■ **TASK**: In the material below, find the line that contains "v 3.429 10.7 12" and the line that contains "v -4.032 18.741 5.2", then write out exactly those two lines and everything between them.

[RECORD EXCERPTS — start]

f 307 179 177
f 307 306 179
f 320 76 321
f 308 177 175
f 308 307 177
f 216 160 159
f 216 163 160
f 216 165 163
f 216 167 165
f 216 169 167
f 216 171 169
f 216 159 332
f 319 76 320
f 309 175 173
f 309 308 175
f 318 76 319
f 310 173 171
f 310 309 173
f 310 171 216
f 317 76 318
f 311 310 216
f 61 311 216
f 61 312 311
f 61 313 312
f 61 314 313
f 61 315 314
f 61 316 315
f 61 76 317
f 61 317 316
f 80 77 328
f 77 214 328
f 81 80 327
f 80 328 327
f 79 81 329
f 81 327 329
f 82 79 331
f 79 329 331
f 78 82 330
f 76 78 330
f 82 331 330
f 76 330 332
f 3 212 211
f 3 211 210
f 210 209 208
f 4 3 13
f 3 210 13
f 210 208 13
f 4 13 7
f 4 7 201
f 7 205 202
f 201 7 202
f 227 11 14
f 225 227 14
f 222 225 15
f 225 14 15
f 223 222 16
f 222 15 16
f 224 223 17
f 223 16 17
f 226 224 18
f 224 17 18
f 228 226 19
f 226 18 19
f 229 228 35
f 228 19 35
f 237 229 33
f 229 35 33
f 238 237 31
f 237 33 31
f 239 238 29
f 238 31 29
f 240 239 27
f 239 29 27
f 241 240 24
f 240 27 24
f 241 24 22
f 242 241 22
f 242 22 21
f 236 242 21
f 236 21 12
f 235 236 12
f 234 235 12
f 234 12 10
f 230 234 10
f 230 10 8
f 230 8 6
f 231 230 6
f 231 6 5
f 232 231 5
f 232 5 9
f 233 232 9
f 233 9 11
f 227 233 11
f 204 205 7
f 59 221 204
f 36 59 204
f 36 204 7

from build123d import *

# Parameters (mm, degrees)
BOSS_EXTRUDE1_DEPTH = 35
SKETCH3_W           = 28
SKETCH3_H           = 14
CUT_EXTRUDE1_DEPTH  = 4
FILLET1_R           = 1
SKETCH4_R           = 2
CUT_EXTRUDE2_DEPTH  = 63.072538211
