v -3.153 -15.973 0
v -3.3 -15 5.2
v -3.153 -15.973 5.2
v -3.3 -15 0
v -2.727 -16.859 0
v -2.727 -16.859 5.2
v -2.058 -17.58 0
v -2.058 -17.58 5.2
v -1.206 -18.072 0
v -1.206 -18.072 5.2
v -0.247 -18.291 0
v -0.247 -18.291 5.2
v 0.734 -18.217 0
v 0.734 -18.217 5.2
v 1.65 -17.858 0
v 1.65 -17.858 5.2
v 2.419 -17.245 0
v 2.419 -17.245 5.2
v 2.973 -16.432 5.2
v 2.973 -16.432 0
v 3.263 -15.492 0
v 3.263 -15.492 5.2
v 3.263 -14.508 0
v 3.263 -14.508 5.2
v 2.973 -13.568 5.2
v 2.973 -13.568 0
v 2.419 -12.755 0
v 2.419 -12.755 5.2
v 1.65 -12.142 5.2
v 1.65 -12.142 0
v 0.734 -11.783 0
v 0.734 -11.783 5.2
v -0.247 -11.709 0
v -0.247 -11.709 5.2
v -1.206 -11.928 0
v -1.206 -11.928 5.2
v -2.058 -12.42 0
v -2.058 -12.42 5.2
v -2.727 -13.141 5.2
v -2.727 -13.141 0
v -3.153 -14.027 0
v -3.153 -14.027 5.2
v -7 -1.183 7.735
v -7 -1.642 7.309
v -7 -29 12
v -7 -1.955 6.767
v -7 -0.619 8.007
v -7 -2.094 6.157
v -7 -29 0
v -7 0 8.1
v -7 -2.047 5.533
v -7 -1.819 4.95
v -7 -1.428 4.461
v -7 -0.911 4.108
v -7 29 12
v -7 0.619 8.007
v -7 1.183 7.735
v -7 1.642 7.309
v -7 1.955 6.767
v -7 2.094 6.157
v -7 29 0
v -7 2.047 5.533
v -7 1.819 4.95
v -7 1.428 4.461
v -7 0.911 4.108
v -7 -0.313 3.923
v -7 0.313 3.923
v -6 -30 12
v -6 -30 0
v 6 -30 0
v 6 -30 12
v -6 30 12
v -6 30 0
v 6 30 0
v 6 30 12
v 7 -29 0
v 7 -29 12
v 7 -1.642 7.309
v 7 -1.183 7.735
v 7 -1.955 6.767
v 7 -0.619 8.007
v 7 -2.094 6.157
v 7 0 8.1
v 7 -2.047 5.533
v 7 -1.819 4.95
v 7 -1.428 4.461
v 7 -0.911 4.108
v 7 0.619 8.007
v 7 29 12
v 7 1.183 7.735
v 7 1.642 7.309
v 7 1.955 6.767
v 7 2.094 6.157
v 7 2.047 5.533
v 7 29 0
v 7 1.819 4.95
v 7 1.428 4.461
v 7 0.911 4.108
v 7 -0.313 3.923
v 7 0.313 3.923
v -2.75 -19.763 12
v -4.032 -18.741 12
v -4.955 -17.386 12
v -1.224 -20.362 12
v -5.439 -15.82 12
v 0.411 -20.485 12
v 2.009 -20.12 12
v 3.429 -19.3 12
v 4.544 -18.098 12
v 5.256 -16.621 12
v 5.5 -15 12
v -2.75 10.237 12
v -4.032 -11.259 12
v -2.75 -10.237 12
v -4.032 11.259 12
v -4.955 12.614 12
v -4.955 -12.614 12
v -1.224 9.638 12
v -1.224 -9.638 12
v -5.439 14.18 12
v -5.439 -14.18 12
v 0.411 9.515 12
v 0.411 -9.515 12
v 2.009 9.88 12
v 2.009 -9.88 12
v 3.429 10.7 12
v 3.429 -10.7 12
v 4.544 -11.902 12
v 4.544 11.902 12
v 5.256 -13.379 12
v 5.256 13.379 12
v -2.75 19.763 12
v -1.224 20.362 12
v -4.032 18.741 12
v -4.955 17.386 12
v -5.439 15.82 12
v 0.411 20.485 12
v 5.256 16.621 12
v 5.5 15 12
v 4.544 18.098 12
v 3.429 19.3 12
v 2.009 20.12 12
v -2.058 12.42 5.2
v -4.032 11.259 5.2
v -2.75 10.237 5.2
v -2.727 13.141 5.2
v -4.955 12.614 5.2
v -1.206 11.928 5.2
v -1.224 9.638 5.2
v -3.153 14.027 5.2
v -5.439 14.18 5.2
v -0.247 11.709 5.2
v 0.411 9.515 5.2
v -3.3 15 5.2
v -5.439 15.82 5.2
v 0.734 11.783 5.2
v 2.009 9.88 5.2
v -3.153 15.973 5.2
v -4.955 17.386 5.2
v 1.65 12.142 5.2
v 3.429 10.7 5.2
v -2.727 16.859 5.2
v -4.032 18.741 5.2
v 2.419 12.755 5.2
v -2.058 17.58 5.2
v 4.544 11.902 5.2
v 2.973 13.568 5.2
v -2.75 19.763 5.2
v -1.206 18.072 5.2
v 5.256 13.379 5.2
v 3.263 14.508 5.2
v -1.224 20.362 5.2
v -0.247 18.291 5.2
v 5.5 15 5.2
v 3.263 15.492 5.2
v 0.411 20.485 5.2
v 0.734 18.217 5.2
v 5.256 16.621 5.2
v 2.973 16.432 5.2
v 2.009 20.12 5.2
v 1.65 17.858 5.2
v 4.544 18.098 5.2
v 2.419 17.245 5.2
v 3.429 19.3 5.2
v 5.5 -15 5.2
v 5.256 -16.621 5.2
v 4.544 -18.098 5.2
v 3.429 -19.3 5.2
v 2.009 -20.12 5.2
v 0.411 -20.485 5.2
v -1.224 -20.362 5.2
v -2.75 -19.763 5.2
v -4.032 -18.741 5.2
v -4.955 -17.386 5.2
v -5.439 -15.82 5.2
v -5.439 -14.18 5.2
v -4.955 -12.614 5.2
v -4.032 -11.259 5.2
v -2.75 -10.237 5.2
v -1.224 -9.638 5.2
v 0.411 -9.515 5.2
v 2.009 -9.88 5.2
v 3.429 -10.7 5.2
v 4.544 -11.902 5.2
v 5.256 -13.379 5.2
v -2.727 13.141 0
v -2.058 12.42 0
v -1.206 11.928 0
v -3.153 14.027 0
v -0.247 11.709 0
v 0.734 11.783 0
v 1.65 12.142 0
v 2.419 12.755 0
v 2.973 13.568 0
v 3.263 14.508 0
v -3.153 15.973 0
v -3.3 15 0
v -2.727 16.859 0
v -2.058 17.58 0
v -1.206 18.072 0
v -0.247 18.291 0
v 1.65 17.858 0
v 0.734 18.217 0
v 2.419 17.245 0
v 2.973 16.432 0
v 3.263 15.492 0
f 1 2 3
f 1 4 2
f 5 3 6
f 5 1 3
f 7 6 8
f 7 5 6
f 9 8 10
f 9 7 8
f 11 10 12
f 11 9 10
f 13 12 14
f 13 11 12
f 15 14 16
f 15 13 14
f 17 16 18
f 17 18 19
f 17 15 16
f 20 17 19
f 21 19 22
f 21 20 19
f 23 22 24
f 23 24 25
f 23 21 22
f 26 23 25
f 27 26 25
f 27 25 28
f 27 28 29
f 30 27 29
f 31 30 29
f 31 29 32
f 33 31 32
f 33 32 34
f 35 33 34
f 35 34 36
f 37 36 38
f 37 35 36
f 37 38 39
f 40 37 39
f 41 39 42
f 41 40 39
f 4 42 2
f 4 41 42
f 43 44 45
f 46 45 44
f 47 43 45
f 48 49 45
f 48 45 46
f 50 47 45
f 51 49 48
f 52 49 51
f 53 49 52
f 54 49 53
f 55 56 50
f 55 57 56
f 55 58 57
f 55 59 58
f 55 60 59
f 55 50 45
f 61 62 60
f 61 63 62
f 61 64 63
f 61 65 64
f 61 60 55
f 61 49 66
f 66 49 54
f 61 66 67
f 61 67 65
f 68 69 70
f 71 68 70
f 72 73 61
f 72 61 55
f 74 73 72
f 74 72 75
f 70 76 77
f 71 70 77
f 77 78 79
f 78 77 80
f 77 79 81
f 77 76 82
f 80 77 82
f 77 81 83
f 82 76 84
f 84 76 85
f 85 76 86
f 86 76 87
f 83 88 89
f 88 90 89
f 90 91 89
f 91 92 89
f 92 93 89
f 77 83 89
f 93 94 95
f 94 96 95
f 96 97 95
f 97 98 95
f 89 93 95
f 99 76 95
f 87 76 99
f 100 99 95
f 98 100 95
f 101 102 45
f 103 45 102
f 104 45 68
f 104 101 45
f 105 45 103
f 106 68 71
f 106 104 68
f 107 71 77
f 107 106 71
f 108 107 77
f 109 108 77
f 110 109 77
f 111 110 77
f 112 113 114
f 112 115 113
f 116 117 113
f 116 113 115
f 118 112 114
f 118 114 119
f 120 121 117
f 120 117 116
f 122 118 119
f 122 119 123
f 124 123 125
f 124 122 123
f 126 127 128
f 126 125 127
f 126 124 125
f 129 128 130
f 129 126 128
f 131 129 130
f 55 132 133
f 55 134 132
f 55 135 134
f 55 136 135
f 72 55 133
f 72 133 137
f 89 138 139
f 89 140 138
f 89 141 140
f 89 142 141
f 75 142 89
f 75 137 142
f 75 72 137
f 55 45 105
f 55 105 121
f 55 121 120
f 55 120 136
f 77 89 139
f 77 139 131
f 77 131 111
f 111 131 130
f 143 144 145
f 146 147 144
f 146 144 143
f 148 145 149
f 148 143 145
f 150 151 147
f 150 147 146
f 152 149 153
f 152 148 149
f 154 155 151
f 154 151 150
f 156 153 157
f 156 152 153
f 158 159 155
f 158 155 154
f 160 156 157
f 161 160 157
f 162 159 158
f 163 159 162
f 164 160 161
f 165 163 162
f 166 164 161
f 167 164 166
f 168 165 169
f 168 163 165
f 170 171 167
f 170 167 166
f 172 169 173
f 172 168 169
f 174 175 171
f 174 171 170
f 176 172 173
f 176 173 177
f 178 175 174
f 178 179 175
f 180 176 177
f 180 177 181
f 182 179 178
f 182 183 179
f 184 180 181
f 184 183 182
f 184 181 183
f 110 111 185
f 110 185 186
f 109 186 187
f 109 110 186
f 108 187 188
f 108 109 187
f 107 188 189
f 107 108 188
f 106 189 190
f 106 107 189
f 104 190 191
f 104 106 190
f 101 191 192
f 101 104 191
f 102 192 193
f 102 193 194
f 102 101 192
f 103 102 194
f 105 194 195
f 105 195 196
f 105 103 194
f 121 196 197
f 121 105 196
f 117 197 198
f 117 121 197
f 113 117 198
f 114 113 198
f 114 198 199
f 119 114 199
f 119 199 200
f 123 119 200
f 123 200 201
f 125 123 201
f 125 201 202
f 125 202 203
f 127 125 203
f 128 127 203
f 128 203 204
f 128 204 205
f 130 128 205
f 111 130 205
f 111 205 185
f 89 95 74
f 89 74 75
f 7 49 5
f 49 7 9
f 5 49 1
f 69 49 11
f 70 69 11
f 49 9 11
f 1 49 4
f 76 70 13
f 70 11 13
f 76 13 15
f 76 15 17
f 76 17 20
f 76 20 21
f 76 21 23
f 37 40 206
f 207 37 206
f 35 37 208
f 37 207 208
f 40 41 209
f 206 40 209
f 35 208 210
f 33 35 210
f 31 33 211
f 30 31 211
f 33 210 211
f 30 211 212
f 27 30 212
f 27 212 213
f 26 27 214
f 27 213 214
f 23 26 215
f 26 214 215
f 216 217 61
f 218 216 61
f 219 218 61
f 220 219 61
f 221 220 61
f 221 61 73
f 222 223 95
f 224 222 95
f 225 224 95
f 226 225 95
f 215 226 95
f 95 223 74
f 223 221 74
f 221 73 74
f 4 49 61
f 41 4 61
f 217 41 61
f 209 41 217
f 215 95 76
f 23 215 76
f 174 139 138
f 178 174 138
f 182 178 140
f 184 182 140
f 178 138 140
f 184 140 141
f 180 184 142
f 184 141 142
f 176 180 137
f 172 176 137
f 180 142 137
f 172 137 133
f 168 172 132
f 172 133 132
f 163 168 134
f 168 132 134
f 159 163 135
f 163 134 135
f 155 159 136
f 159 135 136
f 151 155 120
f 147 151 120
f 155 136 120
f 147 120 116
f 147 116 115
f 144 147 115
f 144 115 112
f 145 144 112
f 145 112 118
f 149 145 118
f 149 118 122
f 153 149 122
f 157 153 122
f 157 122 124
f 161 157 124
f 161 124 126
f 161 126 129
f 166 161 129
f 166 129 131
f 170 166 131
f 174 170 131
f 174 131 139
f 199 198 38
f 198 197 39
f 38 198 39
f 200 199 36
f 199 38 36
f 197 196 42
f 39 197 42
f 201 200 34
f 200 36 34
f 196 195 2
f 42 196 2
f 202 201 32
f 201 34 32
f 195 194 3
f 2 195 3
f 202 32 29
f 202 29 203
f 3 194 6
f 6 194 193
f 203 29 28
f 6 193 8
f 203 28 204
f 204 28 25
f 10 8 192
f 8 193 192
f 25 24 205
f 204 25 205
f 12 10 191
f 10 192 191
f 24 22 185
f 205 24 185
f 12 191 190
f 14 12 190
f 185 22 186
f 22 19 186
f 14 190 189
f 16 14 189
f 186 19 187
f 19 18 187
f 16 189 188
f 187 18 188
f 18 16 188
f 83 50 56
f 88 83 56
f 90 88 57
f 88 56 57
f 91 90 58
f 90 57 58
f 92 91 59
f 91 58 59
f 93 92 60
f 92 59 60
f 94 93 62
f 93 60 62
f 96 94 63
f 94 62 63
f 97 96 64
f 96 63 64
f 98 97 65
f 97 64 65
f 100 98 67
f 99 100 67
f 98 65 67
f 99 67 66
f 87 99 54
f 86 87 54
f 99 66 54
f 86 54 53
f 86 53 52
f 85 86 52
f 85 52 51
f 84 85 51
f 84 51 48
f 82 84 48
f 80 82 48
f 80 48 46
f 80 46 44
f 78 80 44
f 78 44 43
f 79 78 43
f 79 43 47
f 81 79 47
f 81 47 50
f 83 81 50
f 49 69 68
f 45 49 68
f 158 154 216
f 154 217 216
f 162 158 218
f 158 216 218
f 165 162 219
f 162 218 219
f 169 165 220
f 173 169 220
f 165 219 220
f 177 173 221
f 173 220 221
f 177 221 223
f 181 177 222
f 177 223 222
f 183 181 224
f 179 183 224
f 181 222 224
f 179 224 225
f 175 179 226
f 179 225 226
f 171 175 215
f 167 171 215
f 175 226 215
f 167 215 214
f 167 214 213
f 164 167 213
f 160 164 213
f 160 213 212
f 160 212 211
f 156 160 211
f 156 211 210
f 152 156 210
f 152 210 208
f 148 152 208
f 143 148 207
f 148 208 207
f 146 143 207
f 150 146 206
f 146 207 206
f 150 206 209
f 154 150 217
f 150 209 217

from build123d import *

# Parameters (mm, degrees)
SKETCH_1_W                   = 14
SKETCH_1_H                   = 60
EXTRUDE_1_DEPTH              = 12
HOLE_WIZARD_M6_1_D           = 6.6
HOLE_WIZARD_M6_1_CBORE_D     = 11
HOLE_WIZARD_M6_1_CBORE_DEPTH = 6.8
CHAMFER_1_SIZE               = 1
HOLE_WIZARD_M5_1_D           = 4.2


with BuildPart() as part:
    # 草图1 → 凸台-拉伸1 (new body)
    with BuildSketch(Plane.XY):
        Rectangle(SKETCH_1_W, SKETCH_1_H)
    extrude(amount=EXTRUDE_1_DEPTH)

    # M6 六角圆柱头螺钉的柱形沉头孔1 (through all)
    with Locations(Plane.XY.offset(12)):
        with Locations((0, 15)):
            hole_wizard_m6_1 = CounterBoreHole(HOLE_WIZARD_M6_1_D / 2, HOLE_WIZARD_M6_1_CBORE_D / 2, HOLE_WIZARD_M6_1_CBORE_DEPTH)

    # 镜向1: M6 六角圆柱头螺钉的柱形沉头孔1 across plane
    add(hole_wizard_m6_1.mirror(Plane.ZX), mode=Mode.SUBTRACT)

    # 倒角1
    chamfer_1_edges = [part.edges().sort_by_distance(p)[0] for p in [
        (7, -30, 6),
        (-7, -30, 6),
        (-7, 30, 6),
        (7, 30, 6),
    ]]
    chamfer(chamfer_1_edges, length=CHAMFER_1_SIZE)

    # M5 螺纹孔1 (through all)
    with Locations(Plane(origin=(7, 0, 0), x_dir=(0, 0, -1), z_dir=(1, 0, 0))):
        with Locations((-6, 0)):
            Hole(HOLE_WIZARD_M5_1_D / 2)


solid = part.part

[RECORD EXCERPTS — finish]

■ **FINAL ANSWER**:
v 3.429 10.7 12
v 3.429 -10.7 12
v 4.544 -11.902 12
v 4.544 11.902 12
v 5.256 -13.379 12
v 5.256 13.379 12
v -2.75 19.763 12
v -1.224 20.362 12
v -4.032 18.741 12
v -4.955 17.386 12
v -5.439 15.82 12
v 0.411 20.485 12
v 5.256 16.621 12
v 5.5 15 12
v 4.544 18.098 12
v 3.429 19.3 12
v 2.009 20.12 12
v -2.058 12.42 5.2
v -4.032 11.259 5.2
v -2.75 10.237 5.2
v -2.727 13.141 5.2
v -4.955 12.614 5.2
v -1.206 11.928 5.2
v -1.224 9.638 5.2
v -3.153 14.027 5.2
v -5.439 14.18 5.2
v -0.247 11.709 5.2
v 0.411 9.515 5.2
v -3.3 15 5.2
v -5.439 15.82 5.2
v 0.734 11.783 5.2
v 2.009 9.88 5.2
v -3.153 15.973 5.2
v -4.955 17.386 5.2
v 1.65 12.142 5.2
v 3.429 10.7 5.2
v -2.727 16.859 5.2
v -4.032 18.741 5.2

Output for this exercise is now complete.